▶ Task brief
Locate the string "BuildPart" throughout the material and copy every line in which it occurs.

▶ Data
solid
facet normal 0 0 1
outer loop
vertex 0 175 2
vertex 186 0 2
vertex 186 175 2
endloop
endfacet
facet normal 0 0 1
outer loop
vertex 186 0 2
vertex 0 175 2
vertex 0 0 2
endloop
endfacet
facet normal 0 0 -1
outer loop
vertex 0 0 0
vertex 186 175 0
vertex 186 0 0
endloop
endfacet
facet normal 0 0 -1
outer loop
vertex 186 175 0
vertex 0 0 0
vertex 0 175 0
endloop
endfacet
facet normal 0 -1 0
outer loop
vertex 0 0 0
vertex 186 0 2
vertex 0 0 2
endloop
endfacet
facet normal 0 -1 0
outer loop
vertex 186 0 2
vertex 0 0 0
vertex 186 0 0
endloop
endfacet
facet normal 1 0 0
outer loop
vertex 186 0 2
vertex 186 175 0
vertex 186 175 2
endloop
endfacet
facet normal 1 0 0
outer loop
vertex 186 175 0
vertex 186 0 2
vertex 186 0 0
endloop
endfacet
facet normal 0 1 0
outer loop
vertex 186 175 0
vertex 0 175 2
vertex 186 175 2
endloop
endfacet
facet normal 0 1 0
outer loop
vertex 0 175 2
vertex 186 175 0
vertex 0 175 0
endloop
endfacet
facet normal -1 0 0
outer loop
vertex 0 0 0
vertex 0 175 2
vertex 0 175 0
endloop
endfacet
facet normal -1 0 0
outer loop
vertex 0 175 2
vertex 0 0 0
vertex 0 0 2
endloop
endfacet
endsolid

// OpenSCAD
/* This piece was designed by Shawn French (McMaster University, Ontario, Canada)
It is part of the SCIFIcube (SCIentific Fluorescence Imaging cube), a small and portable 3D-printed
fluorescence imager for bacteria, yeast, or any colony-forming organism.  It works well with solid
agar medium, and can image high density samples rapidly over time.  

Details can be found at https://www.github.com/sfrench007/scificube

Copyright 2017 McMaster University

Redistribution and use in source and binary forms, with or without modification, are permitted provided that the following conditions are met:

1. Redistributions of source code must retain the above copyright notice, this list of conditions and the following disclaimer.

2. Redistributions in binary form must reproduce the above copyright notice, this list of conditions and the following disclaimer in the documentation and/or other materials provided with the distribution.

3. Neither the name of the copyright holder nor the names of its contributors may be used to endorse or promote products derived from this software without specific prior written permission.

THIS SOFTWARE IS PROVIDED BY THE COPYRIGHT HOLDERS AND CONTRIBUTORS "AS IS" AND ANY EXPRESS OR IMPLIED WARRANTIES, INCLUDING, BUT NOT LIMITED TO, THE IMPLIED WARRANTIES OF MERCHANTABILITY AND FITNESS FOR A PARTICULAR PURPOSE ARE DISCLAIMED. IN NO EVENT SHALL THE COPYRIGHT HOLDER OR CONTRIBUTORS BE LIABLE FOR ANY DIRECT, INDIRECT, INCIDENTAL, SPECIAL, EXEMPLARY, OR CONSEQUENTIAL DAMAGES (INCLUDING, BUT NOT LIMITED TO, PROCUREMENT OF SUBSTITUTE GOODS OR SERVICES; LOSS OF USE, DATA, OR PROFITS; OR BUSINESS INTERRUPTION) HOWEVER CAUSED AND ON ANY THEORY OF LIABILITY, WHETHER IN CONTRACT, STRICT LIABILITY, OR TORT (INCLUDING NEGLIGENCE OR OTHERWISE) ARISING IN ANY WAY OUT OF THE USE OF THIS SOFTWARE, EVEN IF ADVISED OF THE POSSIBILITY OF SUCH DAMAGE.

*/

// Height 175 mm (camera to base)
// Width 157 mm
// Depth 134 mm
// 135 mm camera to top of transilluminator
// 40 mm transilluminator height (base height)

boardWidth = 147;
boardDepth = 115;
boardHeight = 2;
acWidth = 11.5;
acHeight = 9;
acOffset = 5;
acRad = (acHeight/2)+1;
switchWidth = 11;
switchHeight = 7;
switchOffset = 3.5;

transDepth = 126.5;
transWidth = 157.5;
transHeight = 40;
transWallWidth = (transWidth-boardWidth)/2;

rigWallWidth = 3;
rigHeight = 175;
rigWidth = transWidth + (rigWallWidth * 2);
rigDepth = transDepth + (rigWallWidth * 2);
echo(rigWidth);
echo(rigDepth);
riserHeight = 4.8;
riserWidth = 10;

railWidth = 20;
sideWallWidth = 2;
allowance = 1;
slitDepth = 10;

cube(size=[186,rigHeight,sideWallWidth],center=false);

---

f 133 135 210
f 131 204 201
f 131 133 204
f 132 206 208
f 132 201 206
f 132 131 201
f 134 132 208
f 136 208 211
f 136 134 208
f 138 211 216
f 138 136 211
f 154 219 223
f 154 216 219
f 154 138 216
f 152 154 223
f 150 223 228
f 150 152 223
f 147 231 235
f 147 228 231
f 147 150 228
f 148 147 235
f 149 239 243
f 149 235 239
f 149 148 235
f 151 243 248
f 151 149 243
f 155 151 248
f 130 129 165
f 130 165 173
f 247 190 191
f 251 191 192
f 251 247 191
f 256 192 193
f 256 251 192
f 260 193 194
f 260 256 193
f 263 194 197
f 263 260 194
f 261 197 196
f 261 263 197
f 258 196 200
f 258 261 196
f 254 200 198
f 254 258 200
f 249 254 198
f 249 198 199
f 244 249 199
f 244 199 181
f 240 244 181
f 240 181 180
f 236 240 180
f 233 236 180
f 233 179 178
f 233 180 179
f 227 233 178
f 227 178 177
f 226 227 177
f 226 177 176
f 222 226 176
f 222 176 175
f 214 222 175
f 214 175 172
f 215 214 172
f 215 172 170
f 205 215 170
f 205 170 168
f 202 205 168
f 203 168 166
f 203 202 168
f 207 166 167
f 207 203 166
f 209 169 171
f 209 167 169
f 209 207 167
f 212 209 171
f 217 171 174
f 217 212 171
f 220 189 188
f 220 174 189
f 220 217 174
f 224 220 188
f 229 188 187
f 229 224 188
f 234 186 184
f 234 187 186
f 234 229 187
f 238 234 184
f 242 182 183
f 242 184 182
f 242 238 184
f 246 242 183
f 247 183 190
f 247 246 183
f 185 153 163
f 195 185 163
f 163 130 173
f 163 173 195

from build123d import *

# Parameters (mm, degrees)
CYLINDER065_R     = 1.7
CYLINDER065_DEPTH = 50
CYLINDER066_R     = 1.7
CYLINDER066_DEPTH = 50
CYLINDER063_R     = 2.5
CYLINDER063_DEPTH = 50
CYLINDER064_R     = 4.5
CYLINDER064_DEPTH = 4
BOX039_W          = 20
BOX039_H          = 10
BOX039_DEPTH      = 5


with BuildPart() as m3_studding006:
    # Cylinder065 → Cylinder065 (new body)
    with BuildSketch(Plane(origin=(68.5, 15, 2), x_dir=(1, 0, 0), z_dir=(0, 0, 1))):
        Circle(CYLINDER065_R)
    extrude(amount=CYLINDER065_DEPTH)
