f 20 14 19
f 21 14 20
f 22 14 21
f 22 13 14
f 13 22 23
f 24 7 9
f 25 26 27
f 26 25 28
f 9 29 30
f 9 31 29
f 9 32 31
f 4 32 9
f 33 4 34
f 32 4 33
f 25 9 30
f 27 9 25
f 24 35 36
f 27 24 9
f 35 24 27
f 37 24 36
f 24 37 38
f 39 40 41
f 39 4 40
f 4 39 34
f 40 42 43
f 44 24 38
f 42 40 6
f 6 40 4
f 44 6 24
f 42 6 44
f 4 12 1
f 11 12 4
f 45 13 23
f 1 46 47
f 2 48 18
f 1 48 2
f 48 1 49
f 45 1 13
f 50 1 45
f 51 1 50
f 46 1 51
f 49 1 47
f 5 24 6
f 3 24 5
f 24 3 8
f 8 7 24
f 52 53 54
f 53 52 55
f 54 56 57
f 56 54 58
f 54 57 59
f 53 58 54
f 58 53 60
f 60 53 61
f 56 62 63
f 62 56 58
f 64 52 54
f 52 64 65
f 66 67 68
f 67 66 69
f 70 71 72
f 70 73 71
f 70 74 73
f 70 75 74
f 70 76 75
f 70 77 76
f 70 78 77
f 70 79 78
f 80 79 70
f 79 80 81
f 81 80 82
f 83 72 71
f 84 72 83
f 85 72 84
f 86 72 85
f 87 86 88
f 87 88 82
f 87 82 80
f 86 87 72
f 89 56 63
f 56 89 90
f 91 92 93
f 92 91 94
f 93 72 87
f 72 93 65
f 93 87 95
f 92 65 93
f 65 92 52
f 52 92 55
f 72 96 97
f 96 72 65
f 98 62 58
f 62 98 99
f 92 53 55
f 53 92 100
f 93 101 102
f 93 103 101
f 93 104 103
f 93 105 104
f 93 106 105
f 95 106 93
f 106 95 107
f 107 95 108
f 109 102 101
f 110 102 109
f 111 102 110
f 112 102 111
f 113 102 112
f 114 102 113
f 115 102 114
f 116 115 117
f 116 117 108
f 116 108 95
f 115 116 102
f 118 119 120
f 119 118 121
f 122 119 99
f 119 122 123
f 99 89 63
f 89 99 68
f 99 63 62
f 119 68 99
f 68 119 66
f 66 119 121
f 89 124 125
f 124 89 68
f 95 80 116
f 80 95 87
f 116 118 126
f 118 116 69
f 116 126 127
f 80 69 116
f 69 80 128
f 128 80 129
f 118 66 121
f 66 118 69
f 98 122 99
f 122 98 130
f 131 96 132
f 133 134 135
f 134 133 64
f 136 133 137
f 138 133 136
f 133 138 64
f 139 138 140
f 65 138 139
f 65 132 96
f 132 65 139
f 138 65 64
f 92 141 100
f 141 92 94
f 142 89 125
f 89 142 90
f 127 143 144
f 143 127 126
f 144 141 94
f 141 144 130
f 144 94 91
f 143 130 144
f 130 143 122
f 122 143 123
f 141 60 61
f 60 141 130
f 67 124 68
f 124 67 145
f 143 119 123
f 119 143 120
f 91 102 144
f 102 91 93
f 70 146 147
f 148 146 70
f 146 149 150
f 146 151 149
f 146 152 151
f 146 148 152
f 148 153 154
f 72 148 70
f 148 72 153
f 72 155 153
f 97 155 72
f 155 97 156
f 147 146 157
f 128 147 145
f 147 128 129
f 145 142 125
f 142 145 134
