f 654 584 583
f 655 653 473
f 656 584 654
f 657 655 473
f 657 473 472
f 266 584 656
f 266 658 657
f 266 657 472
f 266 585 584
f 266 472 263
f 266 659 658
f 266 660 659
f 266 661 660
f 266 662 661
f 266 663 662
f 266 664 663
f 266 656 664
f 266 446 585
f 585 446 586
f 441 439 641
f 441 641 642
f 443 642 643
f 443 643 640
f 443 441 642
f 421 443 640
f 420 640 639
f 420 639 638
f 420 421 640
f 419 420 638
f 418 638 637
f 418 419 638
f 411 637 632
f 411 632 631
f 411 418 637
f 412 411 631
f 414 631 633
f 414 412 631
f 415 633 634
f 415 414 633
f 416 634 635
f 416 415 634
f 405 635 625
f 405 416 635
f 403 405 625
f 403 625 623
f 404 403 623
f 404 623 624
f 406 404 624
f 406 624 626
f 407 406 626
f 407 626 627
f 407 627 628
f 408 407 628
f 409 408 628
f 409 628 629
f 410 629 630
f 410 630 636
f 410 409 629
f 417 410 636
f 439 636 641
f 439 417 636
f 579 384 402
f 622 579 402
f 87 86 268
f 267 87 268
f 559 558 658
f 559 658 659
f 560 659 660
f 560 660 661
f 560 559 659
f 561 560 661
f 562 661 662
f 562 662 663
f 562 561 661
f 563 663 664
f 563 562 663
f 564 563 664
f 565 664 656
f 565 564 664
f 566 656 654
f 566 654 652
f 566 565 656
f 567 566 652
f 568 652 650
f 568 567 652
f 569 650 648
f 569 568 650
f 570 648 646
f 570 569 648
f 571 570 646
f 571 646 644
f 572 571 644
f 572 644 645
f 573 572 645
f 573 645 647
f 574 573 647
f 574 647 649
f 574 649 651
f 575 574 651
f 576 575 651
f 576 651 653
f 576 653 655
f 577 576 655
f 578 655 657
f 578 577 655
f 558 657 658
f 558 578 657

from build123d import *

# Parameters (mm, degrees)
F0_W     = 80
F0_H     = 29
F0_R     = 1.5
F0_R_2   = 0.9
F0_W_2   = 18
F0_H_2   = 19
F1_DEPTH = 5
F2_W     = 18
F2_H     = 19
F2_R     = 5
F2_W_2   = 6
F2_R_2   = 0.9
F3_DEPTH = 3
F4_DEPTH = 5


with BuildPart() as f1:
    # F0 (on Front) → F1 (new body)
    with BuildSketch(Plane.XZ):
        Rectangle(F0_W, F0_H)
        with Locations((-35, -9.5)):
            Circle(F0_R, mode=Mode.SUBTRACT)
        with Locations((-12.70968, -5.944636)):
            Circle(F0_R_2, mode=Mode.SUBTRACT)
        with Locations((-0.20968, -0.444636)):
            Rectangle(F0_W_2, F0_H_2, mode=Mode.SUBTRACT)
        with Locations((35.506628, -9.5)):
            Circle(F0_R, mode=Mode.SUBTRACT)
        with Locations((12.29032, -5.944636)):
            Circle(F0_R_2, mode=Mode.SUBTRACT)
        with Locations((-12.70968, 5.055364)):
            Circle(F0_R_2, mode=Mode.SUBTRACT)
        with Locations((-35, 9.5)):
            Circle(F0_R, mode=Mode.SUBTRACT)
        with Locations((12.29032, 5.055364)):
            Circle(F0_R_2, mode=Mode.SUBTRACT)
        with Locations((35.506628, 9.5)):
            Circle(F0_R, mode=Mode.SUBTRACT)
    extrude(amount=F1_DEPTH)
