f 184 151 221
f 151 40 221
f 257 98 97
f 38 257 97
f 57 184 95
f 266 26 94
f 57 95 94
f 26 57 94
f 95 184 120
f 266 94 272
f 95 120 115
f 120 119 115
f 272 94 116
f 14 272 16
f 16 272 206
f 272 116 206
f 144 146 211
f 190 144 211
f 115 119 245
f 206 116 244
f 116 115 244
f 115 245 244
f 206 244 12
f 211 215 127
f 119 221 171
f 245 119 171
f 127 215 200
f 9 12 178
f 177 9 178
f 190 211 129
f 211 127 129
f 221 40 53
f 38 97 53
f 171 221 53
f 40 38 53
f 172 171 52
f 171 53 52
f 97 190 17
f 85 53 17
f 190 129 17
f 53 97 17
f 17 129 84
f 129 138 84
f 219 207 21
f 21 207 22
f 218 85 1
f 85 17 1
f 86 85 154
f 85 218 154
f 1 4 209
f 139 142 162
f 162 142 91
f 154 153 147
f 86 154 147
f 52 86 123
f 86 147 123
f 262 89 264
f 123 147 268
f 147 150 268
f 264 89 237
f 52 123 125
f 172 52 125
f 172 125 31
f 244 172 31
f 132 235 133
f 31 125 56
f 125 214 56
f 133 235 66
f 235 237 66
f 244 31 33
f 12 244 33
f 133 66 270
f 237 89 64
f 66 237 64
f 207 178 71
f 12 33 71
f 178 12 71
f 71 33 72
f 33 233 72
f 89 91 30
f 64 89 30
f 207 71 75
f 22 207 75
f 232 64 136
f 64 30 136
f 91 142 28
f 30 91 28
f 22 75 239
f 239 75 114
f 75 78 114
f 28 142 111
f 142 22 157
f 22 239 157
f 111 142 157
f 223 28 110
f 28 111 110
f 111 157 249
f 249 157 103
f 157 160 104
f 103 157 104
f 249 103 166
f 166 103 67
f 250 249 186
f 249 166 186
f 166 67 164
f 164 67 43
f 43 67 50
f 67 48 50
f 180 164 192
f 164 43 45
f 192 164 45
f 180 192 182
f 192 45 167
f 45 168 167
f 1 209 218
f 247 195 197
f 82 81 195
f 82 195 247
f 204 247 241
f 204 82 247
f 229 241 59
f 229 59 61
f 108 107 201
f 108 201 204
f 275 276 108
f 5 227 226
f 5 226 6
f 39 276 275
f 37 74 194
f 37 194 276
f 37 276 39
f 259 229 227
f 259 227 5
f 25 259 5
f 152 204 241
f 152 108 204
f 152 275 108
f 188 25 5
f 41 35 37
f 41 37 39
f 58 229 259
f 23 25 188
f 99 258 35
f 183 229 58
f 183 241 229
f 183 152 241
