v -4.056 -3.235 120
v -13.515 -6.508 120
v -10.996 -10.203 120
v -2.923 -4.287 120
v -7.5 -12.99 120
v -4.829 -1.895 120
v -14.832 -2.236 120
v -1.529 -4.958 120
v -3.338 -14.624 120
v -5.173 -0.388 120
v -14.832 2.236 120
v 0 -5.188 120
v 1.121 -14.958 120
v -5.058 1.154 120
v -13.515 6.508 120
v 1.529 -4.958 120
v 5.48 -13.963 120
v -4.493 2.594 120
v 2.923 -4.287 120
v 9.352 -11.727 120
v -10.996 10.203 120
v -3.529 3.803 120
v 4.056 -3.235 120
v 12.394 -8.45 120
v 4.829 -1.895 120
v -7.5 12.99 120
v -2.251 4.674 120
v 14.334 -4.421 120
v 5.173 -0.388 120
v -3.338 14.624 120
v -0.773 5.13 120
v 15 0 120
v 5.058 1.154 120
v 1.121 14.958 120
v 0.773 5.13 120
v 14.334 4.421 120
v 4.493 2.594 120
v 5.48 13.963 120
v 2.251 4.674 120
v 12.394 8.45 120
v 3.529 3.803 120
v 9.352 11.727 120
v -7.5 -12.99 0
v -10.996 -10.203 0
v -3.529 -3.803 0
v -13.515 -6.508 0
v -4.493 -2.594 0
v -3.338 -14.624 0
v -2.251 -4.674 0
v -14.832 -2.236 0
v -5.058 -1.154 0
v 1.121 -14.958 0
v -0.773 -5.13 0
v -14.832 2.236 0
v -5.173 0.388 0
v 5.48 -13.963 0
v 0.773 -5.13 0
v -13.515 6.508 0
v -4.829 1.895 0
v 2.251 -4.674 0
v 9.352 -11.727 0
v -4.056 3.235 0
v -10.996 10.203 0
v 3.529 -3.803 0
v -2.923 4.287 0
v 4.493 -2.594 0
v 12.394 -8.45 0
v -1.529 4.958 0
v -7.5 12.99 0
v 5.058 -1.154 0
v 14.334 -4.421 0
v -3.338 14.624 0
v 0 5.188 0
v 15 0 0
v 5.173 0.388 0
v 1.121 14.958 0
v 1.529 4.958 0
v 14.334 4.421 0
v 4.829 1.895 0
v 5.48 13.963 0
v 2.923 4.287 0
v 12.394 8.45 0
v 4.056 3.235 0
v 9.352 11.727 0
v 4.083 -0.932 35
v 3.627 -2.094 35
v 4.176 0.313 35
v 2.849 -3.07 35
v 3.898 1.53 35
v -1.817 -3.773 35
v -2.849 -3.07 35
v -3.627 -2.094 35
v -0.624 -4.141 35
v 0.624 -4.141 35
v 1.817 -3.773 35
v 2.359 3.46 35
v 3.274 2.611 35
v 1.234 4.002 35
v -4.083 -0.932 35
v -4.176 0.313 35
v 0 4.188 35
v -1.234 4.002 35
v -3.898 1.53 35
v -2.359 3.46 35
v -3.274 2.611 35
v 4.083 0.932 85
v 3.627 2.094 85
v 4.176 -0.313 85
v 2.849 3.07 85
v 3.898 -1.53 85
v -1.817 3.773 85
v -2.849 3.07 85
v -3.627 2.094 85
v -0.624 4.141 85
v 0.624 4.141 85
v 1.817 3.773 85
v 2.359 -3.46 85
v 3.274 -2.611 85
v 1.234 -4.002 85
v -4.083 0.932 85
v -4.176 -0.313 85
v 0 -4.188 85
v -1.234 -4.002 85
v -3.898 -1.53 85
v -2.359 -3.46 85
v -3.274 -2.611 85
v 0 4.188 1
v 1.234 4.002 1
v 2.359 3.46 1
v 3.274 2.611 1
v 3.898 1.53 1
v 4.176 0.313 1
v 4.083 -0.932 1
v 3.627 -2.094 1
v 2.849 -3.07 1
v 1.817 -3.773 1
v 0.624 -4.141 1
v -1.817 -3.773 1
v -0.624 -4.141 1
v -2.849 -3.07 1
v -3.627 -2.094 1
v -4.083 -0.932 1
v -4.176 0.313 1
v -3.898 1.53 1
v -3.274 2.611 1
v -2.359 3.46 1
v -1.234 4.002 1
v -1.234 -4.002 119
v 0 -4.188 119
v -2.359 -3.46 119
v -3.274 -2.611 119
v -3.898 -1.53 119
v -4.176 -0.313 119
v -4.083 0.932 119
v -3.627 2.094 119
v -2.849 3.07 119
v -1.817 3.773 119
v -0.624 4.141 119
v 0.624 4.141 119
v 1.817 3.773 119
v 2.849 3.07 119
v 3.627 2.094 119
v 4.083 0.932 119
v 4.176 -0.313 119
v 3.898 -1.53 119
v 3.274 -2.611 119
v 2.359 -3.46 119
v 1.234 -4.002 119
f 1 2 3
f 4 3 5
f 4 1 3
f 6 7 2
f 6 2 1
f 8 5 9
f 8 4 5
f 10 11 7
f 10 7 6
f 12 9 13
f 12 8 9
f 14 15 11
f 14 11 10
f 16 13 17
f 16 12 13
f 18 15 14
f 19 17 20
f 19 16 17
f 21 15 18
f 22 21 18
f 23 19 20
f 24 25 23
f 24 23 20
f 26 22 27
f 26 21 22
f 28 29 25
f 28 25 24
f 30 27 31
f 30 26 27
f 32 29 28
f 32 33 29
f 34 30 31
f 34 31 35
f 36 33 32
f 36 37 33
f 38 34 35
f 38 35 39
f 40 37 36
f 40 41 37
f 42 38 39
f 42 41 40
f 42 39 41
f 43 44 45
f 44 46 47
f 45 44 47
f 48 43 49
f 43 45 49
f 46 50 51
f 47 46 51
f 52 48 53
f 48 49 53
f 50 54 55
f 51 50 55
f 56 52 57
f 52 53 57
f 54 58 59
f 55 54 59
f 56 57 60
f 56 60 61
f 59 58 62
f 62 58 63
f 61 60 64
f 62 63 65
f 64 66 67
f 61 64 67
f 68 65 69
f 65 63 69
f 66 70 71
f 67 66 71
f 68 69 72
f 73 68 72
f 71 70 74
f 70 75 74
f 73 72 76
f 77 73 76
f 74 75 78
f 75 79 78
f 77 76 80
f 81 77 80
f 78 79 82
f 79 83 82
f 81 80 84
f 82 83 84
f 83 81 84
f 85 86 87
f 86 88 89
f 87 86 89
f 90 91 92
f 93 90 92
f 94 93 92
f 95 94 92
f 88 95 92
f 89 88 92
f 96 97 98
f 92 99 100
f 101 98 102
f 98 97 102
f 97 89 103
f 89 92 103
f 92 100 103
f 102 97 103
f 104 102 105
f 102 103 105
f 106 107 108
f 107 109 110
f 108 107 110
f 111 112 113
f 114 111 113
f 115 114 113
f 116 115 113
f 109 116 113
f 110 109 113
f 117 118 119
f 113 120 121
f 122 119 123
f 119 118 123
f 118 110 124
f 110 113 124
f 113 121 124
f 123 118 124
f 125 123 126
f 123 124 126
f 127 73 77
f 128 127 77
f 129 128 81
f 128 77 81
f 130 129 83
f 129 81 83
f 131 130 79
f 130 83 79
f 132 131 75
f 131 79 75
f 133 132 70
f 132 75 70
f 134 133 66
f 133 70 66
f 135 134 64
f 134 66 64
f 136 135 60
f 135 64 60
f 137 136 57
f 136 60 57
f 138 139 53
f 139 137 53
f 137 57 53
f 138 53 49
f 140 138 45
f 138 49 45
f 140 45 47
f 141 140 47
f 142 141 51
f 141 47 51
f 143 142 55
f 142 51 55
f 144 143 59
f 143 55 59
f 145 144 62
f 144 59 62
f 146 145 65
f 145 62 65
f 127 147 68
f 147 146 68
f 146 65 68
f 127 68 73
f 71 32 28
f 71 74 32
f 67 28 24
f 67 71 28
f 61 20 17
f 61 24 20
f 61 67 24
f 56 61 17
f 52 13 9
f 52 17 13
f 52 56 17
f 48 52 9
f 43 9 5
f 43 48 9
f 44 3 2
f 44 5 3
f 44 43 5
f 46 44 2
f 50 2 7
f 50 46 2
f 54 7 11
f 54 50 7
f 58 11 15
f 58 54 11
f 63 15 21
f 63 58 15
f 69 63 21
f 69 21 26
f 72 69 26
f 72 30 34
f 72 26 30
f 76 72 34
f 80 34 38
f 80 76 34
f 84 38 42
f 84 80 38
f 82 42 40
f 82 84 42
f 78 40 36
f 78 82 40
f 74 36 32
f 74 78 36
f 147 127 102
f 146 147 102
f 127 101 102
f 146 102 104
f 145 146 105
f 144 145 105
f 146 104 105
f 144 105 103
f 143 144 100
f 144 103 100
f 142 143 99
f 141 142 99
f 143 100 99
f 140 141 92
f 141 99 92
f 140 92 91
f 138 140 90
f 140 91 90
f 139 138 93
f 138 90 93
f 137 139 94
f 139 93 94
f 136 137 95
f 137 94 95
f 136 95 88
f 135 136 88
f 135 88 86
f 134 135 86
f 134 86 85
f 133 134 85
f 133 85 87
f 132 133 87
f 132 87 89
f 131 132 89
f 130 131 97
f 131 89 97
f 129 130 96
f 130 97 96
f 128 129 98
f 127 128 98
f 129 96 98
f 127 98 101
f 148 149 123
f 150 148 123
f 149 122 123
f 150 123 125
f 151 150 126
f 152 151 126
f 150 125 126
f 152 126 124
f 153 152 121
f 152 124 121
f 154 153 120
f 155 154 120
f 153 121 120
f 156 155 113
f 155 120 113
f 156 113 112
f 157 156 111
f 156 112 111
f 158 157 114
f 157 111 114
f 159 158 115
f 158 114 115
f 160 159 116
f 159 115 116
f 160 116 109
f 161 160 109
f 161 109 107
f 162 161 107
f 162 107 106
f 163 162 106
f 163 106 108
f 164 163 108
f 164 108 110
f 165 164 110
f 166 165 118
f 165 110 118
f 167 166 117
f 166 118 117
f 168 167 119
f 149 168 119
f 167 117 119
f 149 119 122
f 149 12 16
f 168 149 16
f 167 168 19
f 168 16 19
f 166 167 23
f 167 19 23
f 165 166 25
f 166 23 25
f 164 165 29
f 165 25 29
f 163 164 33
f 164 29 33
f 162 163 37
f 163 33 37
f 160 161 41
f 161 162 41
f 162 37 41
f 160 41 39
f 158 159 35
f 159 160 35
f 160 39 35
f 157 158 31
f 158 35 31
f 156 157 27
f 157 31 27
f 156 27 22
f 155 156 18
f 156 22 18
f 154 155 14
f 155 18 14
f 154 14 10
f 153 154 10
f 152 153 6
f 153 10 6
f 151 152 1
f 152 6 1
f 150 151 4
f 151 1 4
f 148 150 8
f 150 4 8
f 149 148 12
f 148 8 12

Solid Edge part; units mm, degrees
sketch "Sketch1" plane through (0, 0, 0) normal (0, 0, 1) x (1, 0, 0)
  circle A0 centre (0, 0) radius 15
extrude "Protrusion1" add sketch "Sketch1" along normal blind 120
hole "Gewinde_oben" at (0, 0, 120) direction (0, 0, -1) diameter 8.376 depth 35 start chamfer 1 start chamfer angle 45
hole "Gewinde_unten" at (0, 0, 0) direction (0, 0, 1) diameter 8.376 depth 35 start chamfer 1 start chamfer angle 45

▶ Problem solution
with BuildPart() as m3_studding006:
with BuildPart() as f1:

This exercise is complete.